Photo by Paul Easker.

アメリカのアイオワ州立大学電気コンピューター工学科准教授のAlexander Stoytchev氏と博士課程学生のVladimir Sukhoy氏は、信号処理の肝と言われる高速フーリエ変換(Fast Fourier transform:FFT)と逆高速フーリエ変換(Inverse Fast Fourier transform:IFFT)のアルゴリズムの研究を進め、50年間にわたり謎であったIFFTアルゴリズムを解明したと発表した。研究成果は『Scientific Reports』に論文「Generalizing the inverse FFT off the unit circle」として2019年10月8日に発表されている。

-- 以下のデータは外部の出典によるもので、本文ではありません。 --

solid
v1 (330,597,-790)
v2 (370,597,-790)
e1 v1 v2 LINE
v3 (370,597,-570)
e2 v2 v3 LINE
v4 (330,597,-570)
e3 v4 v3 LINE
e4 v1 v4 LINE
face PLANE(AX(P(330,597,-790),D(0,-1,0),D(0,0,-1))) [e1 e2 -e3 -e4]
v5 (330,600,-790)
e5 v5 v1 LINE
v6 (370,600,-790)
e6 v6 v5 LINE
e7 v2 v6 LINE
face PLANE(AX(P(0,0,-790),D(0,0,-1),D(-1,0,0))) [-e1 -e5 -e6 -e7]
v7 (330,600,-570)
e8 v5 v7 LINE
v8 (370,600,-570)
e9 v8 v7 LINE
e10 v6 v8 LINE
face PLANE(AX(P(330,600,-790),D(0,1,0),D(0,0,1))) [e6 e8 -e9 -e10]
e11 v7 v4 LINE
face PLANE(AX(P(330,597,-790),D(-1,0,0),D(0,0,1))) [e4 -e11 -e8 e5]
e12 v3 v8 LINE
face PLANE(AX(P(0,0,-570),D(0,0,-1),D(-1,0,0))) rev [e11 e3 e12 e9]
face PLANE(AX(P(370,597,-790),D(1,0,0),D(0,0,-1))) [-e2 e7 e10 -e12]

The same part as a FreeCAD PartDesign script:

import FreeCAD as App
import Part
import Sketcher


def add_polygon(sketch, points):
    """Adds a closed chain of lines whose ends are joined by coincident constraints."""
    first, n = sketch.GeometryCount, len(points)
    for a, b in zip(points, points[1:] + points[:1]):
        sketch.addGeometry(Part.LineSegment(App.Vector(*a, 0), App.Vector(*b, 0)), False)
    for i in range(n):
        sketch.addConstraint(Sketcher.Constraint("Coincident", first + i, 2, first + (i + 1) % n, 1))

doc = App.newDocument("Part")
body = doc.addObject("PartDesign::Body", "Body")

# Sketch on XY plane
sketch1 = body.newObject("Sketcher::SketchObject", "Sketch")
sketch1.AttachmentSupport = (doc.getObject("XY_Plane"), [""])
sketch1.MapMode = "FlatFace"
sketch1.AttachmentOffset = App.Placement(App.Vector(0, 0, -570), App.Rotation())
add_polygon(sketch1, [(330, 600), (330, 597), (370, 597), (370, 600)])  # lines 0-3
sketch1.addConstraint([
    Sketcher.Constraint("Vertical", 0),
    Sketcher.Constraint("Horizontal", 1),
    Sketcher.Constraint("Vertical", 2),
    Sketcher.Constraint("Horizontal", 3),
    Sketcher.Constraint("DistanceX", 1, 1, 1, 2, 40.0),
    Sketcher.Constraint("DistanceY", 0, 2, 0, 1, 3.0),
    Sketcher.Constraint("DistanceX", -1, 1, 0, 2, 330.0),
    Sketcher.Constraint("DistanceY", -1, 1, 0, 2, 597.0),
])
pad1 = body.newObject("PartDesign::Pad", "Pad")
pad1.Profile = sketch1
pad1.Length = 220
pad1.Reversed = True

doc.recompute()
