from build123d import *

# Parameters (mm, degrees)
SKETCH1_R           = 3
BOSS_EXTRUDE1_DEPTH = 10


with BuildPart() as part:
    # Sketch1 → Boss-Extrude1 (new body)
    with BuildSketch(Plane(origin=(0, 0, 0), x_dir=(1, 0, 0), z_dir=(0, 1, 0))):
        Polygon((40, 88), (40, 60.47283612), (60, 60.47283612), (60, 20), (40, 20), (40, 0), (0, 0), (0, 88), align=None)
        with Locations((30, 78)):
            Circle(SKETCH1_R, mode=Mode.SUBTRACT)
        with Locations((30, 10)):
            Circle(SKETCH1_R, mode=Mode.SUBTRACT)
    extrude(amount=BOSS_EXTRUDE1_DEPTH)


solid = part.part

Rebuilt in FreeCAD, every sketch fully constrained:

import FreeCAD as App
import Part
import Sketcher
from FreeCAD import Vector

doc = App.newDocument("Part")
body = doc.addObject("PartDesign::Body", "Body")

# Sketch on XZ plane
sketch1 = body.newObject("Sketcher::SketchObject", "Sketch")
sketch1.AttachmentSupport = (doc.getObject("XZ_Plane"), [""])
sketch1.MapMode = "FlatFace"
sketch1.addGeometry([
    Part.LineSegment(Vector(40, -60.5, 0), Vector(40, -88, 0)),  # 0
    Part.LineSegment(Vector(40, -88, 0), Vector(0, -88, 0)),  # 1
    Part.LineSegment(Vector(0, -88, 0), Vector(0, 0, 0)),  # 2
    Part.LineSegment(Vector(0, 0, 0), Vector(40, 0, 0)),  # 3
    Part.LineSegment(Vector(40, 0, 0), Vector(40, -20, 0)),  # 4
    Part.LineSegment(Vector(40, -20, 0), Vector(60, -20, 0)),  # 5
    Part.LineSegment(Vector(60, -20, 0), Vector(60, -60.5, 0)),  # 6
    Part.LineSegment(Vector(60, -60.5, 0), Vector(40, -60.5, 0)),  # 7
    Part.Circle(Vector(30, -10, 0), Vector(0, 0, 1), 3),  # 8
    Part.Circle(Vector(30, -78, 0), Vector(0, 0, 1), 3),  # 9
], False)
sketch1.addConstraint([
    Sketcher.Constraint("Coincident", 0, 2, 1, 1),
    Sketcher.Constraint("Coincident", 1, 2, 2, 1),
    Sketcher.Constraint("Coincident", 2, 2, 3, 1),
    Sketcher.Constraint("Coincident", 3, 2, 4, 1),
    Sketcher.Constraint("Coincident", 4, 2, 5, 1),
    Sketcher.Constraint("Coincident", 5, 2, 6, 1),
    Sketcher.Constraint("Coincident", 6, 2, 7, 1),
    Sketcher.Constraint("Coincident", 7, 2, 0, 1),
    Sketcher.Constraint("Vertical", 0),
    Sketcher.Constraint("Horizontal", 1),
    Sketcher.Constraint("Vertical", 2),
    Sketcher.Constraint("Horizontal", 3),
    Sketcher.Constraint("Vertical", 4),
    Sketcher.Constraint("Horizontal", 5),
    Sketcher.Constraint("Vertical", 6),
    Sketcher.Constraint("Horizontal", 7),
    Sketcher.Constraint("Coincident", 2, 2, -1, 1),
    Sketcher.Constraint("Equal", 8, 9),
    Sketcher.Constraint("Vertical", 8, 3, 9, 3),
    Sketcher.Constraint("Vertical", 0, 2, 3, 2),
    Sketcher.Constraint("Equal", 7, 4),
    Sketcher.Constraint("Diameter", 8, 6.0),
    Sketcher.Constraint("DistanceX", 1, 2, 1, 1, 40.0),
    Sketcher.Constraint("DistanceX", 5, 1, 5, 2, 20.0),
    Sketcher.Constraint("DistanceY", 2, 1, 2, 2, 88.0),
    Sketcher.Constraint("DistanceX", -1, 1, 8, 3, 30.0),
    Sketcher.Constraint("DistanceY", 8, 3, -1, 1, 10.0),
    Sketcher.Constraint("DistanceY", 9, 3, -1, 1, 78.0),
    Sketcher.Constraint("DistanceY", 0, 2, 0, 1, 27.527164),
])
pad1 = body.newObject("PartDesign::Pad", "Pad")
pad1.Profile = sketch1
pad1.Length = 10
pad1.Reversed = True

doc.recompute()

FFTアルゴリズム自体は1965年に公開され、その4年後には汎用性の高い一般化されたバージョンであるチャープZ変換(CZT)も開発されてきた。しかし、IFFTアルゴリズムの一般化はその後50年間も解明されないままであった。今回、Stoytchev氏とSukhoy氏によって、IFFTアルゴリズムの一般化である逆チャープZ変換(ICZT)が解明された。

他のアルゴリズムと同様に、ICZTもステップを踏んで問題を解決していく手法を取る。具体的には、CZTアルゴリズムの出力をICZTの入力にフィードバックする。 CZTとICZTの2つのアルゴリズムは、プリズムの対のようなもので、プリズムの一つ目が白色光の波長を色のスペクトルに分離し、二つ目のプリズムがスペクトルを組み合わせて白色光に戻す逆プロセスを取る過程として説明できる。

研究では、ICZTアルゴリズムが計算複雑性ないし速度に相当するものに一致すること、IFFTでは行えない指数関数的に減衰または増加する周波数成分に対して利用できること、そして数値精度について実証済みだ。

Stoytchev氏は、大学院のコンピューター認知のクラスで学生が高速フーリエ変換を理解するのに役立つ例えを探している時に、未だ解明されていないアルゴリズムを定式化してみようというアイデアをひらめいた。

多くの信号処理に関する文献を読みあさったが、CZTを逆変換する文献は何も見つからなかった。文献が見つからなかったことから、これまでICZTは説明されていないか存在していないことに気づき、ICZTに興味を持ち、実際にICZTを解明しようと決めたという。